Two hours, two whole hours passed before she found Evelyn. One of the hours was simply lost; it was a blackness and a pain. The other was too quiet, a time of wandering about the house followed by a soft little whimpering that she made herself: ‘What?’ she whimpered, ‘what’s that you say?’ trying to understand, asking and asking the quiet house for the second hour.
She found Evelyn by the pool, lying on her back with her eyes wide open. On the side of Evelyn’s head was a puffiness, and in the centre of the puffiness was a hollow into which she could have laid three fingers.
‘Don’t,’ said Evelyn softly when Alicia tried to lift her head. Alicia set it back gently and knelt and took her hands and squeezed them together. ‘Evelyn, oh, what happened?’
‘Father hit me,’ Evelyn said calmly. ‘I’m going to go to sleep.’
Alicia whimpered.
Evelyn said, ‘What is it called when a person needs a… person… when you want to be touched and the… two are like one thing and there isn’t anything else at all anywhere?’
Alicia, who had read books, thought about it. ‘Love,’ she said at length. She swallowed. ‘It’s a madness. It’s bad.’
Evelyn’s quiet face was suffused with a kind of wisdom. ‘It isn’t bad,’ she said. ‘I had it.’
‘You have to get back to the house.’
‘I’ll sleep here,’ said Evelyn. She looked up at her sister and smiled. ‘It’s all right… Alicia?’
‘Yes.’
‘I won’t ever wake up,’ she said with that strange wisdom. ‘I wanted to do something and now I can’t. Will you do it for me?’
‘I’ll do it,’ Alicia whispered.
‘For me,’ Evelyn insisted. ‘You won’t want to.”
‘I’ll do it.’
‘When the sun is bright,’ Evelyn said, ‘take a bath in it. There’s more, wait.’ She closed her eyes. A little furrow came and went on her brow. ‘Be in the sun like that. Move, run. Run and… jump high. Make a wind with running and moving. I so wanted that. I didn’t know until now that I wanted it and now,I… oh,
‘What is it, what is it?’
‘There it is, there it is, can’t you see? The love, with the sun on its body!’
The soft wise eyes were wide, looking at the darkling sky. Alicia looked up and saw nothing. When she looked down again, she knew that Evelyn was also seeing nothing. Not any more.
Far off, in the woods beyond the fence, there was a rush of weeping.
Alicia stayed there listening to it and at last put out her hand and closed Evelyn’s eyes. She rose and went towards the house and the weeping followed her and followed her, almost until she reached the door. And even then it seemed to go on inside her.
When Mrs Prodd heard the hoof thuds in the yard, she muttered under her breath and peered out between the dimity kitchen curtains. By a combination of starlight and deep familiarity with the yard itself, she discerned the horse and stoneboat, with her husband plodding beside it, coming through the gate. He’ll get what for, she mumbled, off to the woods so long and letting her burn dinner.
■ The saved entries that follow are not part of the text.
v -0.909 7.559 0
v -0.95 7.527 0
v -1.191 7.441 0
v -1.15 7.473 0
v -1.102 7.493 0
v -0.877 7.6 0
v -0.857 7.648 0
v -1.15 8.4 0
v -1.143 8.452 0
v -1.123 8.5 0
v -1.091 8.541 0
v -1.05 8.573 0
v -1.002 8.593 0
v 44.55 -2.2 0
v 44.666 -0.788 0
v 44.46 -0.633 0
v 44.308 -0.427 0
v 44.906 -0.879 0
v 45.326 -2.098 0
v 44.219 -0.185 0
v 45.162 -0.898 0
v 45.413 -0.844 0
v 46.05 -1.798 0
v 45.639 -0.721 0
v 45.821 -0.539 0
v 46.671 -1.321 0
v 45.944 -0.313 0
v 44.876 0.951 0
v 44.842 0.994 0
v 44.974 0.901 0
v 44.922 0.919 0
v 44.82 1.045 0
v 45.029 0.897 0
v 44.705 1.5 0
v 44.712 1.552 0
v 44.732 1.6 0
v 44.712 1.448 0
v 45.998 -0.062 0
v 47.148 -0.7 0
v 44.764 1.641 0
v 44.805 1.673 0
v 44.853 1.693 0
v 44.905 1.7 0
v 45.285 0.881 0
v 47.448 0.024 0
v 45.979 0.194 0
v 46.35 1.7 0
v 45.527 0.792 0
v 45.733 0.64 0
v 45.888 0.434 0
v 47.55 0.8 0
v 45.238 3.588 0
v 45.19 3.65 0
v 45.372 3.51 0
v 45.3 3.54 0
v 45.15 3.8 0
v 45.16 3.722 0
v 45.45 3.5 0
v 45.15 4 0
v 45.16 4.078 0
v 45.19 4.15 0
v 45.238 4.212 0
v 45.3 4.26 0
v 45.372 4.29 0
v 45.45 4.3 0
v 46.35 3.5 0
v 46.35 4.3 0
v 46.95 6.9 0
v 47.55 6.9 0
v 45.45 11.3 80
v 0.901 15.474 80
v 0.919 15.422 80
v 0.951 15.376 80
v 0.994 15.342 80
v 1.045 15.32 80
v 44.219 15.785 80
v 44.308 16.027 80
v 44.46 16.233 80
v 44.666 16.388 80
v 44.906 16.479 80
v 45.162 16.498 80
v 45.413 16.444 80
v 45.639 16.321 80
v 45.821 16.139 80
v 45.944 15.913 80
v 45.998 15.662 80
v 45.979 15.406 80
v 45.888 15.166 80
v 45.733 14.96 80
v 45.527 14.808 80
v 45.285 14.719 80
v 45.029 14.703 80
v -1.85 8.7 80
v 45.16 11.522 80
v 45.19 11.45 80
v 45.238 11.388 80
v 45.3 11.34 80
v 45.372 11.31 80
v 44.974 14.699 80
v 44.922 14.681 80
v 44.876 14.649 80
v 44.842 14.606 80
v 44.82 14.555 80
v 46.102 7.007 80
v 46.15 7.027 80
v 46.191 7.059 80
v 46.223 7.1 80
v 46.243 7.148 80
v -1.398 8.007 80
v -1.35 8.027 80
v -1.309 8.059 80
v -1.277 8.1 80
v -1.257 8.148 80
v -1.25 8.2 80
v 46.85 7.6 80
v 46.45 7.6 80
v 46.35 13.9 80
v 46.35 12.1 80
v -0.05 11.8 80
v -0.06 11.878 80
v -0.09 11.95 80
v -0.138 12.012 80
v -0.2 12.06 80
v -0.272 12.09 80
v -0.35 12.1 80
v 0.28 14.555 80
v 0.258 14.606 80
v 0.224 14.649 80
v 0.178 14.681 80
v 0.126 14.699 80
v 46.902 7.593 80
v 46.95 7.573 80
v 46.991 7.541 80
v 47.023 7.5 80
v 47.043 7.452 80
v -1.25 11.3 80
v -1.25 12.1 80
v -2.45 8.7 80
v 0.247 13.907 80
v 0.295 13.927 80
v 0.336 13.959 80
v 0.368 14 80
He didn’t get what for, though. One look at his broad face precluded it. ‘What is it, Prodd?’ she asked, alarmed.
‘Gimme a blanket.’
‘Why on earth – ’
‘Hurry now. Feller bad hurt. Picked him up in the woods. Looks like a bear chewed him. Got the clo’es ripped off him.’
She brought the blanket, running, and he snatched it and went out. In a moment he was back, carrying a man.’ Here,’ said Mrs Prodd. She flung open the door to Jack’s room. When Prodd hesitated, the long limp body dangling in his arms, she said, ‘Go on, go on, never mind the spread. It’ll wash.’
‘Get a rag, hot water,’ he grunted. She went out and he gently lifted off the blanket. ‘Oh my God.’